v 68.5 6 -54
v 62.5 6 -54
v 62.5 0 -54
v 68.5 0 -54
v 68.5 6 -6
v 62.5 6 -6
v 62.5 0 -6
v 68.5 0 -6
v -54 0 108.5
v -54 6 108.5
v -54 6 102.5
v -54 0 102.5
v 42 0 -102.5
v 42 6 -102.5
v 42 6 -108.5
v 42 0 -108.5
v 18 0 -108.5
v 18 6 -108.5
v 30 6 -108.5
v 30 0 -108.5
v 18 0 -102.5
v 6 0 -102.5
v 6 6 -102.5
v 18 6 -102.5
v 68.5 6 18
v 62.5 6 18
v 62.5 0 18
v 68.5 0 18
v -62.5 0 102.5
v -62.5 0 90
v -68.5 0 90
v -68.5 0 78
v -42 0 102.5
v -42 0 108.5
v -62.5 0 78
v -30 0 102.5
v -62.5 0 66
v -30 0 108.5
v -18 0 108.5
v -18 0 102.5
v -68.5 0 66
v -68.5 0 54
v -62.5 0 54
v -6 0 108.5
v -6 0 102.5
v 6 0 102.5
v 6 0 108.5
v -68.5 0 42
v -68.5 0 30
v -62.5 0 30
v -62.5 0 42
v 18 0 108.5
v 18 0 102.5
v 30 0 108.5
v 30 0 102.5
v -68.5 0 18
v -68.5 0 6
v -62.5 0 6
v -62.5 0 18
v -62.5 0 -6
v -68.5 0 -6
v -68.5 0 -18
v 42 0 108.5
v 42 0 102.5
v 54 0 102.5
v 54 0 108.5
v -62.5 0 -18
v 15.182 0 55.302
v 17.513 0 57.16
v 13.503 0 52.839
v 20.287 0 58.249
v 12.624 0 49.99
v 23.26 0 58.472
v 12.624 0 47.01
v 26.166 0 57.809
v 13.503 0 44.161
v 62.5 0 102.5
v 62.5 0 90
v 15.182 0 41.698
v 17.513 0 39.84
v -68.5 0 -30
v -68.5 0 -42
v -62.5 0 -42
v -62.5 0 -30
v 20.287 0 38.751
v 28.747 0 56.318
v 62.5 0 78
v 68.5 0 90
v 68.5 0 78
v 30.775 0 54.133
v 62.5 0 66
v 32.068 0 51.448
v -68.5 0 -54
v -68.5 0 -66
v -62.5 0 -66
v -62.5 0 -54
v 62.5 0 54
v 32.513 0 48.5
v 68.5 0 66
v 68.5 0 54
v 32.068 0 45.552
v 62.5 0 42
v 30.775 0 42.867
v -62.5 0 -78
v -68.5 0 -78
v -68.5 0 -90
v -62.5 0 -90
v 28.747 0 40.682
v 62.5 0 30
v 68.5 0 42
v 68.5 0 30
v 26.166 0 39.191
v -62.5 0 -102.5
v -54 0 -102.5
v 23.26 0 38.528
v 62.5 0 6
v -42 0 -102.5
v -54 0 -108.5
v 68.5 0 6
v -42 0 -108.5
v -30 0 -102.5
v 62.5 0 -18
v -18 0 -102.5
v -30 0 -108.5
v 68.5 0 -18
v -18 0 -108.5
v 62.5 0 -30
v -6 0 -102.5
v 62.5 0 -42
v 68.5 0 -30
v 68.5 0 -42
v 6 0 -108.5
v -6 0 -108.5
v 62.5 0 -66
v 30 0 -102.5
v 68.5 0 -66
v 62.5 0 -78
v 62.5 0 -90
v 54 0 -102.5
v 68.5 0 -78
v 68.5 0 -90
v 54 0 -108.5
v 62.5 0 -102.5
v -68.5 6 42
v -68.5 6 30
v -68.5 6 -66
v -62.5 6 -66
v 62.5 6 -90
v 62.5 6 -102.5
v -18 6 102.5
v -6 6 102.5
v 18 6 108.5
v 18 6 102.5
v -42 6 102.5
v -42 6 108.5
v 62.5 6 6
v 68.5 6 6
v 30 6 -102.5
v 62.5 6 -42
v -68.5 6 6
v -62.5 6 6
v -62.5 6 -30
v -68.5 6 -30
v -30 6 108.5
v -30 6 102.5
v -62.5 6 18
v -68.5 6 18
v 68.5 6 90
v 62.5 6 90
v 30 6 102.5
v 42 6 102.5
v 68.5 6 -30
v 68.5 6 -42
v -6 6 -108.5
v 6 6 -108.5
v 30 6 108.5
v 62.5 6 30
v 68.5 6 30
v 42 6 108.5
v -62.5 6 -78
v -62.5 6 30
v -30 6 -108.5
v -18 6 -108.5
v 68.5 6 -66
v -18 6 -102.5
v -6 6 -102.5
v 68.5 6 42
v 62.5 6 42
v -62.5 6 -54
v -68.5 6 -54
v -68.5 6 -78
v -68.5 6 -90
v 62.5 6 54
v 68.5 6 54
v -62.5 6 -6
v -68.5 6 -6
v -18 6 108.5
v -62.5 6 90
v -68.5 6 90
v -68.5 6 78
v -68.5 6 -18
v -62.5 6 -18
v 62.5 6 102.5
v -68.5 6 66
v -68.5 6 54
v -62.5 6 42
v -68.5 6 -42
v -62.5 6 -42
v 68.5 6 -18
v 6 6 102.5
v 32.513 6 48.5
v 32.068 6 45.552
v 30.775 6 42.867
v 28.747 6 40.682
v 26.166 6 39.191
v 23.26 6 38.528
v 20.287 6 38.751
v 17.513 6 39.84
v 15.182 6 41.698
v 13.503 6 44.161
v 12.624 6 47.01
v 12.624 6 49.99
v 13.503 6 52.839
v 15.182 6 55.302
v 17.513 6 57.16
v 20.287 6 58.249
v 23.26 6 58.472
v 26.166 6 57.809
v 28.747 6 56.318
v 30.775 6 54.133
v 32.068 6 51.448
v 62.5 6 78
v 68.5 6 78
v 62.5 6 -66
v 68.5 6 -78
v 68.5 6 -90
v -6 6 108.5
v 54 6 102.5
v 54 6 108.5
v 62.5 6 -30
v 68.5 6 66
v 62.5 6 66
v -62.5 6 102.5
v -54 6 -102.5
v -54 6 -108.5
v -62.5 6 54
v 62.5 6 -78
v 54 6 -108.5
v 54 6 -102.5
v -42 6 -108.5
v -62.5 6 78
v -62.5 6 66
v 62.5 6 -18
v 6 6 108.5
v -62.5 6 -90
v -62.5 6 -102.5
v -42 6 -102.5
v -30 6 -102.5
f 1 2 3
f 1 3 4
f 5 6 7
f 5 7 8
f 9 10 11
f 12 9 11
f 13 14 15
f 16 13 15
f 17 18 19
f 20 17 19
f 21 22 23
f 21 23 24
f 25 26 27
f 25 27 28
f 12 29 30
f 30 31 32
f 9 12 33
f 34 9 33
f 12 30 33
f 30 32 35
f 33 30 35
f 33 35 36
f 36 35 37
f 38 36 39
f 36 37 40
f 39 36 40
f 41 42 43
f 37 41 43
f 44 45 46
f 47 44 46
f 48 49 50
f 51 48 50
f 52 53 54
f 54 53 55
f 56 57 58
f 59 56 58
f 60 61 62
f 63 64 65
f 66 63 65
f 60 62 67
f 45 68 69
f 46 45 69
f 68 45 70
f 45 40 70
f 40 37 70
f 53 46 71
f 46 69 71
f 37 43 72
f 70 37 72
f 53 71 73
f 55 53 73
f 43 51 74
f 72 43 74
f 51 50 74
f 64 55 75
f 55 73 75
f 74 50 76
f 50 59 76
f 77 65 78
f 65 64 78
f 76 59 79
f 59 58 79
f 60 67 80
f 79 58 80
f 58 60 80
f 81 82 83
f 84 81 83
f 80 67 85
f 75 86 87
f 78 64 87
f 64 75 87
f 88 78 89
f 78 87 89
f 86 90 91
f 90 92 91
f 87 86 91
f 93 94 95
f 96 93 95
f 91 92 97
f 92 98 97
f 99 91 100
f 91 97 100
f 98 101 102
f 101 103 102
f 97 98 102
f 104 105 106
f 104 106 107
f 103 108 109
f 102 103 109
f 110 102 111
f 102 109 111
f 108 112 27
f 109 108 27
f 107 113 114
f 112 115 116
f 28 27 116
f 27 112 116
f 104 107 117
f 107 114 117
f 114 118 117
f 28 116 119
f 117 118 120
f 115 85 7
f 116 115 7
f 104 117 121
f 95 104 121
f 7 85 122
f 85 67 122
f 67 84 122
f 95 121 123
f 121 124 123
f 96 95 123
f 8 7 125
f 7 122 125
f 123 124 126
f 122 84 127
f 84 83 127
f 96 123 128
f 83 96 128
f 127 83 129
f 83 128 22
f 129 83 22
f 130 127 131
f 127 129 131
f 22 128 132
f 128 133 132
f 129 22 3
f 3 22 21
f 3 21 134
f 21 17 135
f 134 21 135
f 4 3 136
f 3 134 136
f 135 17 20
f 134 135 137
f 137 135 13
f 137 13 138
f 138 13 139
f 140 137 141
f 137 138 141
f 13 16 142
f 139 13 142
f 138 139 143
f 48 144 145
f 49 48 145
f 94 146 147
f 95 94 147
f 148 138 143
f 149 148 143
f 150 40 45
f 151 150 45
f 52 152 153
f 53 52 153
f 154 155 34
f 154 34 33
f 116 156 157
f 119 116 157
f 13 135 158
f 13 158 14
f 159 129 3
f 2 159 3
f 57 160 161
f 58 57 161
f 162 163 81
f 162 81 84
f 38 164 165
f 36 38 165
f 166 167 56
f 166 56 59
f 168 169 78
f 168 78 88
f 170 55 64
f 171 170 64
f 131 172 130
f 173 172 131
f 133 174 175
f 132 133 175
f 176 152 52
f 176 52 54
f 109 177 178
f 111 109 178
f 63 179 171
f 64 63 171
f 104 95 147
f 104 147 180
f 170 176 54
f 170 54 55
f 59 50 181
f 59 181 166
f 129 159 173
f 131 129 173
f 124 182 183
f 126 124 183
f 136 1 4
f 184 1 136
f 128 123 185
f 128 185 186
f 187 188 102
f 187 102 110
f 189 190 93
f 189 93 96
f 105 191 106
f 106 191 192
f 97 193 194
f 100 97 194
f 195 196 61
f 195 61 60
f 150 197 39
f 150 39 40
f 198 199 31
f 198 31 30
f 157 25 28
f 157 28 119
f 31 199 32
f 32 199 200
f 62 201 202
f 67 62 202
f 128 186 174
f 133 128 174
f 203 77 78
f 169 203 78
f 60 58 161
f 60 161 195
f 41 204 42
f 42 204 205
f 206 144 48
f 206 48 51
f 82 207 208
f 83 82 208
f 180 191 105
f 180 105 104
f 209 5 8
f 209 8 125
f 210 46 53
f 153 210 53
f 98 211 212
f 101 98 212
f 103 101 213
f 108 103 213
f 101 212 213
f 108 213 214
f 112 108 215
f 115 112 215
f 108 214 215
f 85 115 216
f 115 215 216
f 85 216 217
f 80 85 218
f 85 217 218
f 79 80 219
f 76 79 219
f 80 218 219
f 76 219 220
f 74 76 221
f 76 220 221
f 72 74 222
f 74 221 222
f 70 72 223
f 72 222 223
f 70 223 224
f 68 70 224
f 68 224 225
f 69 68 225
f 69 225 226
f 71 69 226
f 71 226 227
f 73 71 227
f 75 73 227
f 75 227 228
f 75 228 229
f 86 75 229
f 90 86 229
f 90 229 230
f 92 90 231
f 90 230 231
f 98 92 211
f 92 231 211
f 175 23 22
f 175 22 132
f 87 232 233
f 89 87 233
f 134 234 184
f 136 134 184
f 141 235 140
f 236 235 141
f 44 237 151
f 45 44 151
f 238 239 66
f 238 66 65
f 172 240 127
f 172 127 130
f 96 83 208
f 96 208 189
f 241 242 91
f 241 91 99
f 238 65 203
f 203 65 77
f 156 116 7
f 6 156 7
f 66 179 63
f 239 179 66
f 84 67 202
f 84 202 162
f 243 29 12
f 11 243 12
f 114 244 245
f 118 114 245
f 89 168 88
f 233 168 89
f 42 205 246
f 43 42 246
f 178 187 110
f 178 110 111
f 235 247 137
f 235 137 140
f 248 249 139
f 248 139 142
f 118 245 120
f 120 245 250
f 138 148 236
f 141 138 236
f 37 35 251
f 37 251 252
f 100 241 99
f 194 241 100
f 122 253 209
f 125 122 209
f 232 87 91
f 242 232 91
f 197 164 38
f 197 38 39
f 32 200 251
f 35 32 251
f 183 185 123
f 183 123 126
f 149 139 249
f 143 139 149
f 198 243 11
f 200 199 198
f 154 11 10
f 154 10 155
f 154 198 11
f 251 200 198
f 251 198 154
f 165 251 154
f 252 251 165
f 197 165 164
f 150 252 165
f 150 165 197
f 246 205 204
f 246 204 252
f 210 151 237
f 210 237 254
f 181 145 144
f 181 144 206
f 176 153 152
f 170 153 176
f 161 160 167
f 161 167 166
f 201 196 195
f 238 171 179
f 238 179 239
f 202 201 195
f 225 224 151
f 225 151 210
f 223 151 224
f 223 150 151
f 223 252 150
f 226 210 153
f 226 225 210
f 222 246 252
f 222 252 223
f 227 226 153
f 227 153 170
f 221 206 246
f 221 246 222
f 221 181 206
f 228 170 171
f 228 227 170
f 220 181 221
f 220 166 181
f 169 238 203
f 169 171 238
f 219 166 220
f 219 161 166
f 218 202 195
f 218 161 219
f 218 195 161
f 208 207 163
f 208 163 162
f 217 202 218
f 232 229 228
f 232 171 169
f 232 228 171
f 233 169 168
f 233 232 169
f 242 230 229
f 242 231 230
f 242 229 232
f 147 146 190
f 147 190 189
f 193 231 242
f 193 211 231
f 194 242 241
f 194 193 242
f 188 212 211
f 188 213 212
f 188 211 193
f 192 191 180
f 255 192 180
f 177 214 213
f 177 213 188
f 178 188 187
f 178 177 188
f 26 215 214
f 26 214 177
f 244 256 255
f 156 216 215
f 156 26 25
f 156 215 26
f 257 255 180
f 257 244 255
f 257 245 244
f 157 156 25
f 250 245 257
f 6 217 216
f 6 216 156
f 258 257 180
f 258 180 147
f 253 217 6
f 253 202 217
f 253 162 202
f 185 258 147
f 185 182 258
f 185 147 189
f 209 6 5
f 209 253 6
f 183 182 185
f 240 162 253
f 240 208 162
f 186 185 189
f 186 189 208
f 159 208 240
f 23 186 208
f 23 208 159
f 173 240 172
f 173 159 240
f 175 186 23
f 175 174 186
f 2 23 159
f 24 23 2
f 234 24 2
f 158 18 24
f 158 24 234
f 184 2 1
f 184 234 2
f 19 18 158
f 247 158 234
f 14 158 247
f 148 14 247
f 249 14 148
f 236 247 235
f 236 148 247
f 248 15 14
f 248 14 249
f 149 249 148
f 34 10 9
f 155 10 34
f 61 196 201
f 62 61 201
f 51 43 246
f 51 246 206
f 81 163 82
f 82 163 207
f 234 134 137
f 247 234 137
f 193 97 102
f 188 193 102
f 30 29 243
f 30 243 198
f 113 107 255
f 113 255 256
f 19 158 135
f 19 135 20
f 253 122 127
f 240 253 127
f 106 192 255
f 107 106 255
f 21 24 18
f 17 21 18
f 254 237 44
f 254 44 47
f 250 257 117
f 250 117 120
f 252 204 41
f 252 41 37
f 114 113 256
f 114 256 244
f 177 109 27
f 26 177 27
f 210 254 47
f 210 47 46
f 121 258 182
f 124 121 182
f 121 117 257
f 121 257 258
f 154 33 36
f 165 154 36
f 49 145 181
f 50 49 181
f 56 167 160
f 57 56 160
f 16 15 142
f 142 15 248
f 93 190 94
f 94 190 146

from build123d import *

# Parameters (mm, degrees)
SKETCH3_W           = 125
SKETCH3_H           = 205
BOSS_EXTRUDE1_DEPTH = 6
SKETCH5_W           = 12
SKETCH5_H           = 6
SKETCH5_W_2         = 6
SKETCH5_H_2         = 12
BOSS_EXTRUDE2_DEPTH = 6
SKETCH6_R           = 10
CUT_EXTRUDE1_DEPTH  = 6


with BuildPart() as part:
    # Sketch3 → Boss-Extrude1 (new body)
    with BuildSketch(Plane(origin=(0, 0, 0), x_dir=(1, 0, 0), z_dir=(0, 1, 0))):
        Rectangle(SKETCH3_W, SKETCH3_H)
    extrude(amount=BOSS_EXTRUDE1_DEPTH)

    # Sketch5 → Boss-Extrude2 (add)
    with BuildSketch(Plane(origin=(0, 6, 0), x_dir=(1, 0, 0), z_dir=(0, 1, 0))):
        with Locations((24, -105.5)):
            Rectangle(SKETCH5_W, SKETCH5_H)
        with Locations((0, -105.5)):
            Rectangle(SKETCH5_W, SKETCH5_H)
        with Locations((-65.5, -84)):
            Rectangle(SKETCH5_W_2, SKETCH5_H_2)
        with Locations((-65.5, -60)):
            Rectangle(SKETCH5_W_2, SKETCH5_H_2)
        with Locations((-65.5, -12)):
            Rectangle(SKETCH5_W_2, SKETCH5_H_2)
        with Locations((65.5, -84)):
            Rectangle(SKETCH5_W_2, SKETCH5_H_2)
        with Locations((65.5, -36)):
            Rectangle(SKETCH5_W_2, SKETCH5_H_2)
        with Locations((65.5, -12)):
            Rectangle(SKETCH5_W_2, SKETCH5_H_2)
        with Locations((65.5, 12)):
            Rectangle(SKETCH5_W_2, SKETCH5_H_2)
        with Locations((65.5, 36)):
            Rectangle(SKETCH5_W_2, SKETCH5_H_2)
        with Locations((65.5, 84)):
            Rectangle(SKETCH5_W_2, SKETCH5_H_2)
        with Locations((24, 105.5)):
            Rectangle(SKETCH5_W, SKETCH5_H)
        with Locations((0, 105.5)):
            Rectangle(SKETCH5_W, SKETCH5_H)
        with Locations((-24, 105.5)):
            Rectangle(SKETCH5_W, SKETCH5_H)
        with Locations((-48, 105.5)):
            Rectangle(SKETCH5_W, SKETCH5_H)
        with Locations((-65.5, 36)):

WHAT THE TASK ASKS: The lines to extract from the data above begin with the line containing "f 170 54 55" and end with the line containing "f 134 234 184". Extract them exactly, including both.

TASK RESPONSE:
f 170 54 55
f 59 50 181
f 59 181 166
f 129 159 173
f 131 129 173
f 124 182 183
f 126 124 183
f 136 1 4
f 184 1 136
f 128 123 185
f 128 185 186
f 187 188 102
f 187 102 110
f 189 190 93
f 189 93 96
f 105 191 106
f 106 191 192
f 97 193 194
f 100 97 194
f 195 196 61
f 195 61 60
f 150 197 39
f 150 39 40
f 198 199 31
f 198 31 30
f 157 25 28
f 157 28 119
f 31 199 32
f 32 199 200
f 62 201 202
f 67 62 202
f 128 186 174
f 133 128 174
f 203 77 78
f 169 203 78
f 60 58 161
f 60 161 195
f 41 204 42
f 42 204 205
f 206 144 48
f 206 48 51
f 82 207 208
f 83 82 208
f 180 191 105
f 180 105 104
f 209 5 8
f 209 8 125
f 210 46 53
f 153 210 53
f 98 211 212
f 101 98 212
f 103 101 213
f 108 103 213
f 101 212 213
f 108 213 214
f 112 108 215
f 115 112 215
f 108 214 215
f 85 115 216
f 115 215 216
f 85 216 217
f 80 85 218
f 85 217 218
f 79 80 219
f 76 79 219
f 80 218 219
f 76 219 220
f 74 76 221
f 76 220 221
f 72 74 222
f 74 221 222
f 70 72 223
f 72 222 223
f 70 223 224
f 68 70 224
f 68 224 225
f 69 68 225
f 69 225 226
f 71 69 226
f 71 226 227
f 73 71 227
f 75 73 227
f 75 227 228
f 75 228 229
f 86 75 229
f 90 86 229
f 90 229 230
f 92 90 231
f 90 230 231
f 98 92 211
f 92 231 211
f 175 23 22
f 175 22 132
f 87 232 233
f 89 87 233
f 134 234 184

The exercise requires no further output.